▶ [GIVEN DATA]:

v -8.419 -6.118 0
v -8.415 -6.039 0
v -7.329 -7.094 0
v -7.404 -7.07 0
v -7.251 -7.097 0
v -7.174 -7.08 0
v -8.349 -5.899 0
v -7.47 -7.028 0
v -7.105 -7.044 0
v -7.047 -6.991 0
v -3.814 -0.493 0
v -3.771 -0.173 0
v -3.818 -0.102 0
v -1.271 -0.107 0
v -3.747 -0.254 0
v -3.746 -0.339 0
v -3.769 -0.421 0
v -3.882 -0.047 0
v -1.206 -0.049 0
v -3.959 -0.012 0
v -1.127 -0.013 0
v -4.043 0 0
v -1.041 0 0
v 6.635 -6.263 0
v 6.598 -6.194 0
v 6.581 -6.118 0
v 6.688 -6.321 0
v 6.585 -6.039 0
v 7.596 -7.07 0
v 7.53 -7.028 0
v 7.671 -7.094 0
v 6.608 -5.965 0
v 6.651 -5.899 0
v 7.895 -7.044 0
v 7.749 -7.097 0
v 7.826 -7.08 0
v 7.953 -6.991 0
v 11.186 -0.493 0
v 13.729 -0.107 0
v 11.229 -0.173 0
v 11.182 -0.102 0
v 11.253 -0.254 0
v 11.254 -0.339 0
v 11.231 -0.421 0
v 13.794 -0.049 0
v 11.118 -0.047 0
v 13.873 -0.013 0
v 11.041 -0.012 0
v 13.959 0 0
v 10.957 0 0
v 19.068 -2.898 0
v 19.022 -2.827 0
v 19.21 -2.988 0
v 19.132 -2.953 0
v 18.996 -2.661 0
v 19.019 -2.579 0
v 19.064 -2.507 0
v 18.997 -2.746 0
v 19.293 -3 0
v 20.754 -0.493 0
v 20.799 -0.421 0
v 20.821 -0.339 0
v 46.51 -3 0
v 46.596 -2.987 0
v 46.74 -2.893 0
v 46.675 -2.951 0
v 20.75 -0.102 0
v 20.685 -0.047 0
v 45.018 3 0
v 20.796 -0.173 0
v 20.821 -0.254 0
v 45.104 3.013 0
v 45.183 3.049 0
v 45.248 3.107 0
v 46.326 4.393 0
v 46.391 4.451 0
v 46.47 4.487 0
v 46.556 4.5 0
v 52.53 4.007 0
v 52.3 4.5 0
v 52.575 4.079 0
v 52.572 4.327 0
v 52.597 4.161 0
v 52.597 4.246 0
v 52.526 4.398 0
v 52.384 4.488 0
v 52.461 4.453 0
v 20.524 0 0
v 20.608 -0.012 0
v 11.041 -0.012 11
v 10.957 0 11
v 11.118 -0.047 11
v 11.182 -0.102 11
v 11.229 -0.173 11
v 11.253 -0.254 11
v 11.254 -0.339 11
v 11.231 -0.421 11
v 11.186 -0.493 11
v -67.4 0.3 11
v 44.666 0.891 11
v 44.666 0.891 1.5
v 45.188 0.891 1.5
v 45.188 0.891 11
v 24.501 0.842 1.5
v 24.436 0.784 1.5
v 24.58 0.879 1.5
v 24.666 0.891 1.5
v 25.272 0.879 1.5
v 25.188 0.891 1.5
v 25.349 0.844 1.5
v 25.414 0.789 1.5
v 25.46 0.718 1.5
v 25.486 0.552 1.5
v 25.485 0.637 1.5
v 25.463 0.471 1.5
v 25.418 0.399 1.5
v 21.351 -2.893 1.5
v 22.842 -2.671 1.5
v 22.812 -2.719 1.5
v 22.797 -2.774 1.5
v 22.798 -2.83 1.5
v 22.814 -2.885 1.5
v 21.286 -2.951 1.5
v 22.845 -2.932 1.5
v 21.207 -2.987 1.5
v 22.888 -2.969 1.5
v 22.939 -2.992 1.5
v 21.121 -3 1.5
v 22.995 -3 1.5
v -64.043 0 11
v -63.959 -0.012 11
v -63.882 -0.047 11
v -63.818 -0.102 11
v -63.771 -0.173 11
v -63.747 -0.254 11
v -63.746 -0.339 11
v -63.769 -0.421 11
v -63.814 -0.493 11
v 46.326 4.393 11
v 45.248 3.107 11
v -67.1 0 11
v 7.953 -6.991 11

▶ [EXERCISE DIRECTIONS]:
For this exercise, reproduce exactly each line from the one containing "v 46.391 4.451 0" through the last line of the data, and no others.

▶ [EXPECTED ANSWER]:
v 46.391 4.451 0
v 46.47 4.487 0
v 46.556 4.5 0
v 52.53 4.007 0
v 52.3 4.5 0
v 52.575 4.079 0
v 52.572 4.327 0
v 52.597 4.161 0
v 52.597 4.246 0
v 52.526 4.398 0
v 52.384 4.488 0
v 52.461 4.453 0
v 20.524 0 0
v 20.608 -0.012 0
v 11.041 -0.012 11
v 10.957 0 11
v 11.118 -0.047 11
v 11.182 -0.102 11
v 11.229 -0.173 11
v 11.253 -0.254 11
v 11.254 -0.339 11
v 11.231 -0.421 11
v 11.186 -0.493 11
v -67.4 0.3 11
v 44.666 0.891 11
v 44.666 0.891 1.5
v 45.188 0.891 1.5
v 45.188 0.891 11
v 24.501 0.842 1.5
v 24.436 0.784 1.5
v 24.58 0.879 1.5
v 24.666 0.891 1.5
v 25.272 0.879 1.5
v 25.188 0.891 1.5
v 25.349 0.844 1.5
v 25.414 0.789 1.5
v 25.46 0.718 1.5
v 25.486 0.552 1.5
v 25.485 0.637 1.5
v 25.463 0.471 1.5
v 25.418 0.399 1.5
v 21.351 -2.893 1.5
v 22.842 -2.671 1.5
v 22.812 -2.719 1.5
v 22.797 -2.774 1.5
v 22.798 -2.83 1.5
v 22.814 -2.885 1.5
v 21.286 -2.951 1.5
v 22.845 -2.932 1.5
v 21.207 -2.987 1.5
v 22.888 -2.969 1.5
v 22.939 -2.992 1.5
v 21.121 -3 1.5
v 22.995 -3 1.5
v -64.043 0 11
v -63.959 -0.012 11
v -63.882 -0.047 11
v -63.818 -0.102 11
v -63.771 -0.173 11
v -63.747 -0.254 11
v -63.746 -0.339 11
v -63.769 -0.421 11
v -63.814 -0.493 11
v 46.326 4.393 11
v 45.248 3.107 11
v -67.1 0 11
v 7.953 -6.991 11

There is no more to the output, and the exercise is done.